What/why is scikit-learn?
Started in 2007 by David Cournapeau as a Google Summer of Code project, scikit-learn is a Python module for machine learning built on top of SciPy and distributed under the 3-Clause BSD license. The reason which I choose scikit-learn
because it is easy for beginner to get up and running with the popular machine learning algorithm, and it also has famous built-in Iris dataset
which we can play along.
Sample dataset
The dataset which we use in post is Iris Dataset
. This datasets consists of 3 different types of irises' (Setosa, Versicolour, and Virginica) petal and sepal length and 50 sample for each type(150 in total) . Each array item store the sample measurements: sepal length, sepal width, petal length, and petal width. I choose Iris dataset
because:
- Famous dataset for machine learning because prediction is easy
- Framed as a supervised learning problem: Predict the species of an iris using the measurements
- It already come with scikit-learn
For more detail about the dataset visit: http://archive.ics.uci.edu/ml/datasets/Iris.
Let's load and test the
Iris Dataset
:
# import load_iris function from datasets module
from sklearn.datasets import load_iris
# store dataset in variable iris
iris = load_iris()
print(iris.data.shape)
# (150, 4)
# show the name of featues
print(iris.feature_names)
# ['sepal length (cm)', 'sepal width (cm)', 'petal length (cm)', 'petal width (cm)']

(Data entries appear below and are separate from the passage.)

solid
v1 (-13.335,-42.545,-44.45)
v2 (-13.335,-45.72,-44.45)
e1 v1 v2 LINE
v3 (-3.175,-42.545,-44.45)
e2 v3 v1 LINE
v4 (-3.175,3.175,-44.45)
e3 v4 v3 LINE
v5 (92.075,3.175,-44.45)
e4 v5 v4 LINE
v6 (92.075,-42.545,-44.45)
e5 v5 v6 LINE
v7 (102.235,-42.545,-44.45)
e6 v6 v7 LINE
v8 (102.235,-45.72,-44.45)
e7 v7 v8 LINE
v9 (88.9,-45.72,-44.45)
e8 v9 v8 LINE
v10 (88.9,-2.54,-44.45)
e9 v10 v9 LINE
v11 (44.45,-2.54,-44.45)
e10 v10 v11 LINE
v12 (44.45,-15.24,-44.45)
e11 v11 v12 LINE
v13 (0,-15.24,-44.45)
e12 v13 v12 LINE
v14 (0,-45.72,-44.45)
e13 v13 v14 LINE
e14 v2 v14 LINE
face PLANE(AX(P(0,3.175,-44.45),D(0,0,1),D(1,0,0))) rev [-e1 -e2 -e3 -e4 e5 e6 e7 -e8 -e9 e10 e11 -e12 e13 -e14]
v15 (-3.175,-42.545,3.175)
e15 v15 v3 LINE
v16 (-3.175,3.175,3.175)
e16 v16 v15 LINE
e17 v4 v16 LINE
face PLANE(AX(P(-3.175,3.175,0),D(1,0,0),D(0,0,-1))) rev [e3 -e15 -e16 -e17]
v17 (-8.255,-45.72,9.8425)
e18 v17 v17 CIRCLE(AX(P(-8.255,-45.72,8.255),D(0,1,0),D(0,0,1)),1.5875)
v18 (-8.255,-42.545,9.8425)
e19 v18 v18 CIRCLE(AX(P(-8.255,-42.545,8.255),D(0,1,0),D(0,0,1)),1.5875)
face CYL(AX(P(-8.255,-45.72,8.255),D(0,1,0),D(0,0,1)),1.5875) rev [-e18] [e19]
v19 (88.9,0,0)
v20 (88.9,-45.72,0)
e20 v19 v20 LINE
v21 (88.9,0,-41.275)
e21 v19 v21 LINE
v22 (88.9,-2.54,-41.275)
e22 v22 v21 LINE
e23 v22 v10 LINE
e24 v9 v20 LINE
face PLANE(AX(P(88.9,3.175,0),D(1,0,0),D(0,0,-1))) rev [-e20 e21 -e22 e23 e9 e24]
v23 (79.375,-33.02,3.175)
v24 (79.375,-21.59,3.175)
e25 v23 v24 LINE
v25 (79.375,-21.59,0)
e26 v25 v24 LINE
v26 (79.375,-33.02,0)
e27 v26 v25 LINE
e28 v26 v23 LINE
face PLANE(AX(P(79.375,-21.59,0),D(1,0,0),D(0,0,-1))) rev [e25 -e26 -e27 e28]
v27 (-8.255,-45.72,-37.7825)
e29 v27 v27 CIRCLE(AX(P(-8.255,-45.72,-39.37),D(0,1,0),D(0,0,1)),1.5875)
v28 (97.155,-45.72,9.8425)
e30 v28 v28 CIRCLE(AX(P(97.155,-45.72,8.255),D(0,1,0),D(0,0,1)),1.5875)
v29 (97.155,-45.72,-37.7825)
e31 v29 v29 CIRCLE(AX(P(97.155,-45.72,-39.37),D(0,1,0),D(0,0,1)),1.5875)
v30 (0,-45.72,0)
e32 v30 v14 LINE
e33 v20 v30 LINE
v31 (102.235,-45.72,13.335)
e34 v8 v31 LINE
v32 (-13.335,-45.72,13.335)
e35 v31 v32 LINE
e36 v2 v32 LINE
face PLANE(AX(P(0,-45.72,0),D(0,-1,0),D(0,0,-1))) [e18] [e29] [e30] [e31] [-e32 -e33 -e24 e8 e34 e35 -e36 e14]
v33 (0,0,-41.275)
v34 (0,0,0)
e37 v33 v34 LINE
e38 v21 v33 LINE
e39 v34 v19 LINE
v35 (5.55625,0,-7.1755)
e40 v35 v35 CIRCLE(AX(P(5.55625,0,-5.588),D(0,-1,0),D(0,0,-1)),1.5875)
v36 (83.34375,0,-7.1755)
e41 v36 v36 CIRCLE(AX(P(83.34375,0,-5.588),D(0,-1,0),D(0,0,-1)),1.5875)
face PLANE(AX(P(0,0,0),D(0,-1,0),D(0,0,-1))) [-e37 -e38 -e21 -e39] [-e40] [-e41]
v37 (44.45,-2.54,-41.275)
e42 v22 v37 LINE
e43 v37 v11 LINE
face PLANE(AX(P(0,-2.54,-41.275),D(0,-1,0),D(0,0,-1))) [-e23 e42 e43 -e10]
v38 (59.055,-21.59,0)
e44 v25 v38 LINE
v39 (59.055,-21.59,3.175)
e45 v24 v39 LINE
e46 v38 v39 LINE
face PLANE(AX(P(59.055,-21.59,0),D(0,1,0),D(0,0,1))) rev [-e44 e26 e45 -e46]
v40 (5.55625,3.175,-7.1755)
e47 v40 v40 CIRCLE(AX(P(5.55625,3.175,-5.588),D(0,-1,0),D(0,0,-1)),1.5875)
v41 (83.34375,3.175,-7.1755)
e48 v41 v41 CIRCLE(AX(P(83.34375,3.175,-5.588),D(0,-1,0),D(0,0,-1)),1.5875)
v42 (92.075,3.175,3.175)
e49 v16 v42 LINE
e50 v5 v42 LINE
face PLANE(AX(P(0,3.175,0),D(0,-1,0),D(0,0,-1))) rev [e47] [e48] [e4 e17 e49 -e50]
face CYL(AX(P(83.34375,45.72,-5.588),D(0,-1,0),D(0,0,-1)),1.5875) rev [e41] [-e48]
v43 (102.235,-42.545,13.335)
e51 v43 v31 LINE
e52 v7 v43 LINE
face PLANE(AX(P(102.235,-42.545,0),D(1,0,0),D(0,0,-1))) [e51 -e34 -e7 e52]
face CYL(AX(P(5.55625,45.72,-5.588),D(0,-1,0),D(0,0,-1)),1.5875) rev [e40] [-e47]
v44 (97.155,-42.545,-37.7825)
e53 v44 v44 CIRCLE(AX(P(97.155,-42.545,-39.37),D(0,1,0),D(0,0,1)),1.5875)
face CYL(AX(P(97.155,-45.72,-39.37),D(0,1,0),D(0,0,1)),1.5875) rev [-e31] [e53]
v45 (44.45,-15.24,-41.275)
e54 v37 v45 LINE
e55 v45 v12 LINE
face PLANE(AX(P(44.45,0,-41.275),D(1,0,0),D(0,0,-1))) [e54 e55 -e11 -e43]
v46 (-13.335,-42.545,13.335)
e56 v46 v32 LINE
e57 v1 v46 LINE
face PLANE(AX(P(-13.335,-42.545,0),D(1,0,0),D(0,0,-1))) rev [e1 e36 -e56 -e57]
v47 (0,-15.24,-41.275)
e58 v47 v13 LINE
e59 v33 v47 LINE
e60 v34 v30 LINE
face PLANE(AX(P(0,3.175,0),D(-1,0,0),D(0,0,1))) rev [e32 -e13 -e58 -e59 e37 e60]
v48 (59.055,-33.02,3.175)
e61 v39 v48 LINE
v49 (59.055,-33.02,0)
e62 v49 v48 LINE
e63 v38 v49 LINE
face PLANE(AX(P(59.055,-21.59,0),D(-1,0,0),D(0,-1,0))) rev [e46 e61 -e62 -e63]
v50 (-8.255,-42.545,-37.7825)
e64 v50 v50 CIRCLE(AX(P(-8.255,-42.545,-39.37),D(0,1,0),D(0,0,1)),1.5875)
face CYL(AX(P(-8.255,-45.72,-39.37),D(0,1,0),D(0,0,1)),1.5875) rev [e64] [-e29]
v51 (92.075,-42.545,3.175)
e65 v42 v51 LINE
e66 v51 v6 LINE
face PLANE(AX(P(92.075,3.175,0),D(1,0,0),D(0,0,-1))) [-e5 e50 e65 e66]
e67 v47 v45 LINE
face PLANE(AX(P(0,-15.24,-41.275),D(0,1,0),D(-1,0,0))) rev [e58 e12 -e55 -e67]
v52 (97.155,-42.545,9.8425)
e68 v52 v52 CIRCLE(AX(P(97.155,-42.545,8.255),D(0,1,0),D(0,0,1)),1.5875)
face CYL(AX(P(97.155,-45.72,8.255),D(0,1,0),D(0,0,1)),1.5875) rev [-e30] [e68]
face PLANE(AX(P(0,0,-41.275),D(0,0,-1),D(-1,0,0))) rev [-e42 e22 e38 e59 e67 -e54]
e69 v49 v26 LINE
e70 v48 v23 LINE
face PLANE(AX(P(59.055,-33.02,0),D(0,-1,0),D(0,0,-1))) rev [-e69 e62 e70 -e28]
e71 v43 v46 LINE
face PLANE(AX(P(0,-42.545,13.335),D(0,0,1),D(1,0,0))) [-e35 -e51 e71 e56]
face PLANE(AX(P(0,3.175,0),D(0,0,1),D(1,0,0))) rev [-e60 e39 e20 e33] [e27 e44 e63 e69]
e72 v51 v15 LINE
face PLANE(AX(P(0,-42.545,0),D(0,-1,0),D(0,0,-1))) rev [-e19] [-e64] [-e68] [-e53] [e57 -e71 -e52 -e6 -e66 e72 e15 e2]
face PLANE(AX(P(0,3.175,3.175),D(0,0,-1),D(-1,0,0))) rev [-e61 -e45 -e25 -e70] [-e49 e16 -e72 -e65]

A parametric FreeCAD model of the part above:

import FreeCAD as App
import Part
import Sketcher
Q = App.Units.Quantity


def add_polygon(sketch, points):
    """Adds a closed chain of lines whose ends are joined by coincident constraints."""
    first, n = sketch.GeometryCount, len(points)
    for a, b in zip(points, points[1:] + points[:1]):
        sketch.addGeometry(Part.LineSegment(App.Vector(*a, 0), App.Vector(*b, 0)), False)
    for i in range(n):
        sketch.addConstraint(Sketcher.Constraint("Coincident", first + i, 2, first + (i + 1) % n, 1))

doc = App.newDocument("Part")
params = doc.addObject("Spreadsheet::Sheet", "Params")
for row, (alias, value) in enumerate([
    ("sketch1_width", "3.5 in"),
    ("sketch1_height", "1.75 in"),
    ("pad1_length", "0.125 in"),
    ("sketch2_width", "3.5 in"),
    ("sketch2_width2", "3.75 in"),
    ("sketch2_height", "1.75 in"),
    ("sketch2_height2", "1.875 in"),
    ("pad2_length", "1.8 in"),
    ("pad2_length2", "0.125 in"),
    ("sketch3_diameter", "0.125 in"),
    ("pocket1_length", "1.8 in"),
    ("sketch4_width", "0.4 in"),
    ("sketch4_width2", "3.75 in"),
    ("sketch4_height", "1.875 in"),
    ("pad3_length", "0.125 in"),
    ("sketch5_diameter", "0.125 in"),
    ("pocket2_length", "0.125 in"),
    ("sketch6_width", "0.8 in"),
    ("sketch6_height", "0.45 in"),
    ("pocket3_length", "0.125 in"),
    ("sketch7_width", "3.5 in"),
    ("sketch7_height", "0.5 in"),
    ("sketch7_height2", "0.6 in"),
    ("pad4_length", "0.125 in"),
], start=1):
    params.set(f"A{row}", alias)
    params.set(f"B{row}", "=" + value)
    params.setAlias(f"B{row}", alias)

body = doc.addObject("PartDesign::Body", "Body")

# Sketch on XZ plane
sketch1 = body.newObject("Sketcher::SketchObject", "Sketch")
sketch1.AttachmentSupport = (doc.getObject("XZ_Plane"), [""])
sketch1.MapMode = "FlatFace"
add_polygon(sketch1, [(0, -44), (0, 0), (89, 0), (89, -44)])  # lines 0-3
sketch1.addConstraint(Sketcher.Constraint("Vertical", 0))
sketch1.addConstraint(Sketcher.Constraint("Horizontal", 1))
sketch1.addConstraint(Sketcher.Constraint("Vertical", 2))
sketch1.addConstraint(Sketcher.Constraint("Horizontal", 3))
sketch1.addConstraint(Sketcher.Constraint("Coincident", 0, 2, -1, 1))
sketch1.addConstraint(Sketcher.Constraint("DistanceX", 1, 1, 1, 2, Q("3.5 in")))
sketch1.addConstraint(Sketcher.Constraint("DistanceY", 0, 1, 0, 2, Q("1.75 in")))
sketch1.setExpression("Constraints[9]", "Params.sketch1_width")
sketch1.setExpression("Constraints[10]", "Params.sketch1_height")
pad1 = body.newObject("PartDesign::Pad", "Pad")
pad1.Profile = sketch1
pad1.setExpression("Length", "Params.pad1_length")
pad1.Reversed = True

Awesome, now let's apply supervised learning algorithms on this data.
Supervised Algorithms
1. Naive Bayes
The Naive Bayesian classifier is based on Bayes’ theorem with independence assumptions between predictors.
from sklearn.datasets import load_iris
from sklearn.model_selection import train_test_split
from sklearn import metrics
from sklearn.naive_bayes import GaussianNB
# read in the iris data
iris = load_iris()
# create X (features) and y (label)
X = iris.data
y = iris.target
# use train/test split with different random_state values
X_train, X_test, y_train, y_test = train_test_split(X, y, random_state=4)
clf = GaussianNB()
clf.fit(X_train, y_train)
# GaussianNB(priors=None)
# predict our sample
y_pred = model.predict(X_test)
# evaluation our prediction
print(metrics.accuracy_score(y_test, y_pred))
# 0.973684210526
Result: 0.973684210526 of accuracy. To learn more about Naive Bayes:
- http://scikit-learn.org/stable/modules/generated/sklearn.naive_bayes.GaussianNB.html#sklearn.naive_bayes.GaussianNB
- http://scikit-learn.org/stable/modules/naive_bayes.html#naive-bayes
- https://en.wikipedia.org/wiki/Naive_Bayes_classifier
- https://www.youtube.com/watch?v=ICKBWIkfeJ8&list=PLAwxTw4SYaPkQXg8TkVdIvYv4HfLG7SiH
- http://machinelearningmastery.com/naive-bayes-for-machine-learning/
2. Support Vector Machines
Support Vector Machines (SVM) are a method that uses points in a transformed problem space that best separate classes into two groups. Classification for multiple classes is supported by a one-vs-all method. SVM also supports regression by modeling the function with a minimum amount of allowable error.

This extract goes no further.